Nivolumab and Ipilimumab After Donor Stem Cell Transplant in Treating Patients With High Risk Refractory or Relapsed Acute Myeloid Leukemia or Myelodysplastic Syndrome

Myelodysplastic Syndrome Clinical Trial

Official title: A Phase I Study of Nivolumab in Combination With Ipilimumab for the Treatment of Patients With High Risk or Refractory/Relapsed Acute Myeloid Leukemia and Myelodysplastic Syndrome Following Allogeneic Stem Cell Transplantation

Status Active, not recruiting

Clinical Trial Summary

This phase Ib trial studies the side effects and best dose of nivolumab and ipilimumab after donor stem cell transplant in treating patients with high risk acute myeloid leukemia or myelodysplastic syndrome that does not respond to treatment or has come back.
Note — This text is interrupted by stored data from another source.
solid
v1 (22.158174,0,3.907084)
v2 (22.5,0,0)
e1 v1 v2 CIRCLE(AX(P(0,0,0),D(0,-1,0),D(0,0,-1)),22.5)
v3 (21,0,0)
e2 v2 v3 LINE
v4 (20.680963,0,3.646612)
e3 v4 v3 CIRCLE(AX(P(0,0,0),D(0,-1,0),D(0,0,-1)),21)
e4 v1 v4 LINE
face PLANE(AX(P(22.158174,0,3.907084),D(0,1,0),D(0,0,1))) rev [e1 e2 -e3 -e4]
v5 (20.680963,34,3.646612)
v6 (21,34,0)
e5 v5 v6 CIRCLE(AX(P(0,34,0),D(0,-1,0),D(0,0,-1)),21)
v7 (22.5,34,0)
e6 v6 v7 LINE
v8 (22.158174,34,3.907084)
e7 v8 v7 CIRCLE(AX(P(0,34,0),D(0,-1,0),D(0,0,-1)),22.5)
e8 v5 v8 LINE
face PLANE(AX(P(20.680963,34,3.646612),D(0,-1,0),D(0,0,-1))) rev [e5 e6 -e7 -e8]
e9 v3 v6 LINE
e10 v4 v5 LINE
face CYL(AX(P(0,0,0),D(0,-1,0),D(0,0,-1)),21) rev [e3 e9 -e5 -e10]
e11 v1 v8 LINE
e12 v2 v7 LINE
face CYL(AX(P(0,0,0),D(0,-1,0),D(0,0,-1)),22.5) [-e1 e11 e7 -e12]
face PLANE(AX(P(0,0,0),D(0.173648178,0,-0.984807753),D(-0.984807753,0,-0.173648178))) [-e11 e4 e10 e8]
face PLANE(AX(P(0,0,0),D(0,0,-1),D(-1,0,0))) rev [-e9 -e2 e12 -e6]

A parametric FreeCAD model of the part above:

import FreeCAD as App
import Part
import Sketcher

V = App.Vector

doc = App.newDocument("Part")
params = doc.addObject("Spreadsheet::Sheet", "Params")
for row, (alias, value) in enumerate([
    ("sketch1_height", "34 mm"),
    ("sketch1_width", "1.5 mm"),
    ("revolution_angle", "350 deg"),
], start=1):
    params.set(f"A{row}", alias)
    params.set(f"B{row}", "=" + value)
    params.setAlias(f"B{row}", alias)

body = doc.addObject("PartDesign::Body", "Body")

# Sketch on XY plane
sketch1 = doc.addObject("Sketcher::SketchObject", "Sketch")
body.addObject(sketch1)
sketch1.AttachmentSupport = (doc.XY_Plane, [""])
sketch1.MapMode = "FlatFace"
sketch1.addGeometry([
    Part.LineSegment(V(21, 34, 0), V(21, 0, 0)),
    Part.LineSegment(V(21, 0, 0), V(22.5, 0, 0)),
    Part.LineSegment(V(22.5, 0, 0), V(22.5, 34, 0)),
    Part.LineSegment(V(22.5, 34, 0), V(21, 34, 0)),
], False)
sketch1.addConstraint([
    Sketcher.Constraint("Coincident", 0, 2, 1, 1),
    Sketcher.Constraint("Coincident", 1, 2, 2, 1),
    Sketcher.Constraint("Coincident", 2, 2, 3, 1),
    Sketcher.Constraint("Coincident", 3, 2, 0, 1),
    Sketcher.Constraint("Vertical", 0),
    Sketcher.Constraint("Horizontal", 1),
    Sketcher.Constraint("Vertical", 2),
    Sketcher.Constraint("Horizontal", 3),
    Sketcher.Constraint("PointOnObject", 0, 2, -1),
    Sketcher.Constraint("DistanceY", 0, 2, 0, 1, 34.0),
    Sketcher.Constraint("DistanceX", 1, 1, 1, 2, 1.5),
    Sketcher.Constraint("DistanceX", -1, 1, 0, 2, 21.0),
])
sketch1.setExpression("Constraints[9]", "Params.sketch1_height")
sketch1.setExpression("Constraints[10]", "Params.sketch1_width")
revolution = doc.addObject("PartDesign::Revolution", "Revolution")
body.addObject(revolution)
revolution.Profile = sketch1
revolution.ReferenceAxis = (sketch1, ["V_Axis"])
revolution.setExpression("Angle", "Params.revolution_angle")

doc.recompute()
Immunotherapy with monoclonal antibodies, such as nivolumab and ipilimumab, may help the body's immune system attack the cancer, and may interfere with the ability of tumor cells to grow and spread.

Clinical Trial Description

PRIMARY OBJECTIVES:

I. To determine the maximum tolerated dose (MTD) and dose limiting toxicity (DLT) of nivolumab and ipilimumab alone and in combination in patients with high risk or refractory/relapsed acute myeloid leukemia (AML) and myelodysplastic syndrome (MDS) following allogeneic stem cell transplantation (allo-SCT).

II. To evaluate the toxicity of nivolumab and ipilimumab alone and in combination with regard to the rate and severity of acute graft versus host disease (aGVHD).

SECONDARY OBJECTIVES:

I. To determine the overall response rate (ORR) of nivolumab, ipilimumab and the combination in patients with high risk or refractory/ relapsed AML and MDS following allo-SCT.

II. To determine the duration of response, disease-free survival (DFS), and overall survival (OS) of patients with high risk or refractory/ relapsed AML and MDS treated with this combination following allo-SCT.

EXPLORATORY OBJECTIVES:

I. To identify neo-antigens, the immune cell phenotype, expression of immune checkpoint molecules and the T cell receptor (TCR) repertoire following treatment with nivolumab, ipilimumab and the combination.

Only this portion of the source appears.